* What you are asked to do
Take the material below and output exactly the run of lines from the one containing "END-ISO-10303-21;" down to the one containing "near = lambda", with both included.

* Working data
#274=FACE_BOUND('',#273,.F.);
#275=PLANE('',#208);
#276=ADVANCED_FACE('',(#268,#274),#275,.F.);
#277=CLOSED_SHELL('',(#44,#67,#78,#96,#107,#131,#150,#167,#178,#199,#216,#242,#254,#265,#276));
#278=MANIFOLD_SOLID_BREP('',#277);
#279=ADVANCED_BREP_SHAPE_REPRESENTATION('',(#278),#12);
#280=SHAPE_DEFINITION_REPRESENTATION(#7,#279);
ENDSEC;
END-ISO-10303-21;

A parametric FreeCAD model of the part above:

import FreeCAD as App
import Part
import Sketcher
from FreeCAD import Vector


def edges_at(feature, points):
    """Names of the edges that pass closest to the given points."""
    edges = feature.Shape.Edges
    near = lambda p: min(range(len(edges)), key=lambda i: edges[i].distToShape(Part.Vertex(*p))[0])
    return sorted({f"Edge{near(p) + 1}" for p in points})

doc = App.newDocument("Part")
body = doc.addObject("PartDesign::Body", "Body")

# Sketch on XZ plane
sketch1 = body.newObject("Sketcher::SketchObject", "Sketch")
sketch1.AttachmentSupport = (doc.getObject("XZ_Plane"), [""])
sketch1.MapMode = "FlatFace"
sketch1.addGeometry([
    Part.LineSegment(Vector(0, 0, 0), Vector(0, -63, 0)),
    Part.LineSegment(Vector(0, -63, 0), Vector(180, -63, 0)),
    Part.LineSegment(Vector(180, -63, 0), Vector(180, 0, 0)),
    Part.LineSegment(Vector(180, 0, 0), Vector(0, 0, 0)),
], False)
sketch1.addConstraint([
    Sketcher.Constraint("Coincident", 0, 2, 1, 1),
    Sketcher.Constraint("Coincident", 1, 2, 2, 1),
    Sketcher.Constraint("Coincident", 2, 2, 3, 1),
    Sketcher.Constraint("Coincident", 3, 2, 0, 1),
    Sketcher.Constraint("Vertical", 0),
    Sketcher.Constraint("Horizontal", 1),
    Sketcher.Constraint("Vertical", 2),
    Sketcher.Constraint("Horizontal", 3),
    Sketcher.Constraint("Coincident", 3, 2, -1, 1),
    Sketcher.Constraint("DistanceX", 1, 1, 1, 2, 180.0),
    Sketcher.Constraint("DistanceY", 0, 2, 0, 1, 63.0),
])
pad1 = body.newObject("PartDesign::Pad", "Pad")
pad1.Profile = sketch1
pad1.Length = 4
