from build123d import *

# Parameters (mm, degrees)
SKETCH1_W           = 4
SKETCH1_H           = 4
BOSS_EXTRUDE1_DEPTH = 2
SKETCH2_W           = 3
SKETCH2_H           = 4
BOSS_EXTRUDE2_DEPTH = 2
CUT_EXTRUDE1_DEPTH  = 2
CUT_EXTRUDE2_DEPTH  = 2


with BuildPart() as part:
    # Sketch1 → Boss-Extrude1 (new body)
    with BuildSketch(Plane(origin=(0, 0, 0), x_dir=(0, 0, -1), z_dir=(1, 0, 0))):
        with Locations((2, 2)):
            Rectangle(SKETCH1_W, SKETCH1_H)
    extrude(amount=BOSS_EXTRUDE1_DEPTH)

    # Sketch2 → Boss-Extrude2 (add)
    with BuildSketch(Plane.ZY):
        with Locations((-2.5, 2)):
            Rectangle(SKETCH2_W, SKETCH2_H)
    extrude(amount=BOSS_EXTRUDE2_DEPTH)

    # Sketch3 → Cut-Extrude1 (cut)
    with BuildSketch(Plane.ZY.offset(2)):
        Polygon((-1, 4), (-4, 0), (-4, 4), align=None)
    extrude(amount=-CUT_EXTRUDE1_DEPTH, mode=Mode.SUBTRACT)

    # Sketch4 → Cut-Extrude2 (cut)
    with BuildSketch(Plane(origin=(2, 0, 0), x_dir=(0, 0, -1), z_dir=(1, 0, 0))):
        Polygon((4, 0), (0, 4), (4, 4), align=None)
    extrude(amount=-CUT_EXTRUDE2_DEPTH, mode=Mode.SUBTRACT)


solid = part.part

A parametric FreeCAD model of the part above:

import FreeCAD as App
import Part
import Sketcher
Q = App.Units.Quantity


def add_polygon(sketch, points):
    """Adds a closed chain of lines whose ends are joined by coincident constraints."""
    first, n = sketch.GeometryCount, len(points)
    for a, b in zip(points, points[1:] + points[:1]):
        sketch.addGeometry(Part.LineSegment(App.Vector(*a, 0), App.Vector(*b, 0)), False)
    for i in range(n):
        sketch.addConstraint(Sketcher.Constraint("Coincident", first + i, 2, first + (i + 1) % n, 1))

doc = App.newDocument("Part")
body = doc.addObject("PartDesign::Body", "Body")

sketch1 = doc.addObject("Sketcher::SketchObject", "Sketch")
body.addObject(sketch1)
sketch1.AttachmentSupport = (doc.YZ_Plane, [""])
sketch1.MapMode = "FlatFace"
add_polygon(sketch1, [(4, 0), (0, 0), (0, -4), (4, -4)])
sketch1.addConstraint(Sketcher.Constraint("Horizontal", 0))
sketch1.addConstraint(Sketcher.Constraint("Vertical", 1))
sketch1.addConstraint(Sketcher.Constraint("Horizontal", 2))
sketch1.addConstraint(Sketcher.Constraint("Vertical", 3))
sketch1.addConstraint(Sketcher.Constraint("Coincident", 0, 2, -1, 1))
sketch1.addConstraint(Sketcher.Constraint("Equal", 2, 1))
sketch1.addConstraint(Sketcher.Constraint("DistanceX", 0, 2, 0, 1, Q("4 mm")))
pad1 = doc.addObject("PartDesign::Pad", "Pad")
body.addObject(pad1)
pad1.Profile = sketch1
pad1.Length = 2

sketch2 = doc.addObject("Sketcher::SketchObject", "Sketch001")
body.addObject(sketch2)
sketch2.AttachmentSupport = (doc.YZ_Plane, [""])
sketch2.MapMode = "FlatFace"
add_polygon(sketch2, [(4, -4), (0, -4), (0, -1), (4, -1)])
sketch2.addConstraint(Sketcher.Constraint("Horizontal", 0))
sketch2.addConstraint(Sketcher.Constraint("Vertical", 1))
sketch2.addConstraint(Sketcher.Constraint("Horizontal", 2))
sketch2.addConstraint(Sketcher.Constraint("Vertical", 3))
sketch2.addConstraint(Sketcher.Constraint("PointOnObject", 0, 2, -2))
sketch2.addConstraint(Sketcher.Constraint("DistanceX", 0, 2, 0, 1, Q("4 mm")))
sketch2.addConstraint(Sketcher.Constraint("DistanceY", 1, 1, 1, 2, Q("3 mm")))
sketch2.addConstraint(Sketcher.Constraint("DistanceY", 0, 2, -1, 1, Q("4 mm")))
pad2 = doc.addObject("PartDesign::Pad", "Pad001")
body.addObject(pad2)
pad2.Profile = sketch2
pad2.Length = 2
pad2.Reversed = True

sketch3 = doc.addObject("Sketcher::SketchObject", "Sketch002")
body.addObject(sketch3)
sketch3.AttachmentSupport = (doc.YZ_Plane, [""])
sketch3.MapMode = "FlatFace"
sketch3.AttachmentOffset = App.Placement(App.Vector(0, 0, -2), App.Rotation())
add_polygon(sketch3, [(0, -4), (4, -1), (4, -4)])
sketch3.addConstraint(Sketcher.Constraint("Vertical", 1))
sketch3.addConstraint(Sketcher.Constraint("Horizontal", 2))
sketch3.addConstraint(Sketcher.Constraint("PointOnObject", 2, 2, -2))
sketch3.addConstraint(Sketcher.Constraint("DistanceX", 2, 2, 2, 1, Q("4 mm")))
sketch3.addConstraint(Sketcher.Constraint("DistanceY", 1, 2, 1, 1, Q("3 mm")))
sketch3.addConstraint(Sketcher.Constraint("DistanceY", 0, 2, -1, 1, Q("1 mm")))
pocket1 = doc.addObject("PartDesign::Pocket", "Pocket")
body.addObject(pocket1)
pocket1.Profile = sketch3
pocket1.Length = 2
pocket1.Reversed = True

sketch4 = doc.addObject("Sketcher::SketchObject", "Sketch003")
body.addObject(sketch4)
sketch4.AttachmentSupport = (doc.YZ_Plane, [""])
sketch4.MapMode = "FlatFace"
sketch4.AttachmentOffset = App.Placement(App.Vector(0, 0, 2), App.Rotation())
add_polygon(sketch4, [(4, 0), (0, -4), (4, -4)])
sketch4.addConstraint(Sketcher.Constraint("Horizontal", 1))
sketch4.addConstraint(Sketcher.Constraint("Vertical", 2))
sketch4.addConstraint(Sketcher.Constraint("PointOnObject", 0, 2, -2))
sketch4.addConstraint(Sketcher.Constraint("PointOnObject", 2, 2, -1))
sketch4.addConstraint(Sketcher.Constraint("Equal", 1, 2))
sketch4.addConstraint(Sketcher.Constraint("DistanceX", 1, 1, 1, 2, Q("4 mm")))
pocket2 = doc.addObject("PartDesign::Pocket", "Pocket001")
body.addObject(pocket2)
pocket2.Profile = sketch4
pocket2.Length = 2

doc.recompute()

* Result for this task
END-ISO-10303-21;

A parametric FreeCAD model of the part above:

import FreeCAD as App
import Part
import Sketcher
from FreeCAD import Vector


def edges_at(feature, points):
    """Names of the edges that pass closest to the given points."""
    edges = feature.Shape.Edges
    near = lambda p: min(range(len(edges)), key=lambda i: edges[i].distToShape(Part.Vertex(*p))[0])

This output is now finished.